- _Available records_:
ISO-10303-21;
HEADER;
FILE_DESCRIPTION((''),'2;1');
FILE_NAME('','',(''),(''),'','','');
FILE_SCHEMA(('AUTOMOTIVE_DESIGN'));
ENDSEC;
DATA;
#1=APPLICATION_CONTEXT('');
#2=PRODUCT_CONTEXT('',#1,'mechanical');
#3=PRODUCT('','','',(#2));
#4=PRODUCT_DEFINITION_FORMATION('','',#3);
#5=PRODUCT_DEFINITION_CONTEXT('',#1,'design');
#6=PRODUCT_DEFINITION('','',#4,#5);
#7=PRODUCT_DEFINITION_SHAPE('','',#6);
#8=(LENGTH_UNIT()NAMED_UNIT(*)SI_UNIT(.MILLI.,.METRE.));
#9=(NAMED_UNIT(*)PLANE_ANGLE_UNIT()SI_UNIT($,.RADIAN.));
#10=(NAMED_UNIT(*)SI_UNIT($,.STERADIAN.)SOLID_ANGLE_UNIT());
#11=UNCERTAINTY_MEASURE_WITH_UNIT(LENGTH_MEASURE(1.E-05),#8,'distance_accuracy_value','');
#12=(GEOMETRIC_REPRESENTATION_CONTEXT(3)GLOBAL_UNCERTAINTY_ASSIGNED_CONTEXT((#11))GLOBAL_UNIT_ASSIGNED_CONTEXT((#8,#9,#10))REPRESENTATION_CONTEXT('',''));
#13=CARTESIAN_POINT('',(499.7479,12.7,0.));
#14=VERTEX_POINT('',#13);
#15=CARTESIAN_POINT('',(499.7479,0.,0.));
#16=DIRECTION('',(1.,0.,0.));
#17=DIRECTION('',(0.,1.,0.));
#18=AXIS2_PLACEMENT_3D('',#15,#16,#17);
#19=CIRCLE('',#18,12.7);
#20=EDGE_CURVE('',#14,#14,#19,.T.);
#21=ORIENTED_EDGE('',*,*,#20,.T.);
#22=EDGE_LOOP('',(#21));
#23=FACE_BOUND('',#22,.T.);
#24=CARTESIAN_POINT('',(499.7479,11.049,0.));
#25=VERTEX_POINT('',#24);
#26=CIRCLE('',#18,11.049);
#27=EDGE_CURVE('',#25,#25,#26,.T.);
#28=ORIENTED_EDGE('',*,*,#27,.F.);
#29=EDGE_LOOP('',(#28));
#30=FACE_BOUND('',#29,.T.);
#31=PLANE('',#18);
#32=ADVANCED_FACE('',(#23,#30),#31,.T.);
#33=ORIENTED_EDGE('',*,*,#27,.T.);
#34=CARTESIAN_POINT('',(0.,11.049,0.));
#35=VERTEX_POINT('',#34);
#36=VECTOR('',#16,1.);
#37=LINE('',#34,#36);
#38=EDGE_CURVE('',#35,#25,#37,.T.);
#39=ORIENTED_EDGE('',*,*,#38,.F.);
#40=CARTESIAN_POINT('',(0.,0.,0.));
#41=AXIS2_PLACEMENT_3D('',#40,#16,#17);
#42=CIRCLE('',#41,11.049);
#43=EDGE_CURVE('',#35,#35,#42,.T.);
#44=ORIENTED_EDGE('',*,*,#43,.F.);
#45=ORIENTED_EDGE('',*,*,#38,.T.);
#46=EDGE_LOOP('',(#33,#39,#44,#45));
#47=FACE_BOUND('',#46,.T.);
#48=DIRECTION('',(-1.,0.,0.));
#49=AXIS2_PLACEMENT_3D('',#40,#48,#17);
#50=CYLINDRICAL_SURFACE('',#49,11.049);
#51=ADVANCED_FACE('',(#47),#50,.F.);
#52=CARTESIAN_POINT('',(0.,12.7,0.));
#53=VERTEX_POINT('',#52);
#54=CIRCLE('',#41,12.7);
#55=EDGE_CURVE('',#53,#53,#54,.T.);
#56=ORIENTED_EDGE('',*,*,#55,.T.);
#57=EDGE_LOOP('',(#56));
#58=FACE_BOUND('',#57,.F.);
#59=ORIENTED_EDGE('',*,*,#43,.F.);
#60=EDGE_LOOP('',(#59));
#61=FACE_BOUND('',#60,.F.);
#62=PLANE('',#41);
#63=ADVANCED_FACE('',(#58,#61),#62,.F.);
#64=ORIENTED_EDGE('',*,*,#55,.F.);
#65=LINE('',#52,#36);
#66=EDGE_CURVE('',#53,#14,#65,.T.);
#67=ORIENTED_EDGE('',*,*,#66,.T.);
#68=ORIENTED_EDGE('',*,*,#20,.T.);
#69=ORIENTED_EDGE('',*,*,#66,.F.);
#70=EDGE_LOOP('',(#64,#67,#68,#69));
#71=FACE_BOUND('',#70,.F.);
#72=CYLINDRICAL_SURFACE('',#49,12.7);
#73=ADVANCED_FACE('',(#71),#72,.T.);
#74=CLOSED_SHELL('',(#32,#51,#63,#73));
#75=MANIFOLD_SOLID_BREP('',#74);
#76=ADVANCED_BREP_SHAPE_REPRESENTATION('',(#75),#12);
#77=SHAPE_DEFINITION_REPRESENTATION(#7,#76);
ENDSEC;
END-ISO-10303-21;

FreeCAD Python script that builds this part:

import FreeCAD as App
import Part
import Sketcher

V = App.Vector
Q = App.Units.Quantity

doc = App.newDocument("Part")
body = doc.addObject("PartDesign::Body", "Body")

# Sketch on YZ plane
sketch1 = doc.addObject("Sketcher::SketchObject", "Sketch")
body.addObject(sketch1)
sketch1.AttachmentSupport = (doc.YZ_Plane, [""])
sketch1.MapMode = "FlatFace"
sketch1.addGeometry([
    Part.Circle(V(0, 0, 0), V(0, 0, 1), 13),
    Part.Circle(V(0, 0, 0), V(0, 0, 1), 11),
], False)
sketch1.addConstraint([
    Sketcher.Constraint("Coincident", 0, 3, -1, 1),
    Sketcher.Constraint("Coincident", 1, 3, -1, 1),
    Sketcher.Constraint("Diameter", 0, Q("1 in")),
    Sketcher.Constraint("Diameter", 1, Q("0.87 in")),
])
pad1 = doc.addObject("PartDesign::Pad", "Pad")
body.addObject(pad1)
pad1.Profile = sketch1
pad1.Length = 499.7479

doc.recompute()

- _Problem to solve_: Could you transcribe the entries above word for word, from the line with "#76=ADVANCED_BREP_SHAPE_REPRESENTATION('',(#75),#12);" down to the line with "FreeCAD Python script", keeping both?

- _Answer box_:
#76=ADVANCED_BREP_SHAPE_REPRESENTATION('',(#75),#12);
#77=SHAPE_DEFINITION_REPRESENTATION(#7,#76);
ENDSEC;
END-ISO-10303-21;

FreeCAD Python script that builds this part:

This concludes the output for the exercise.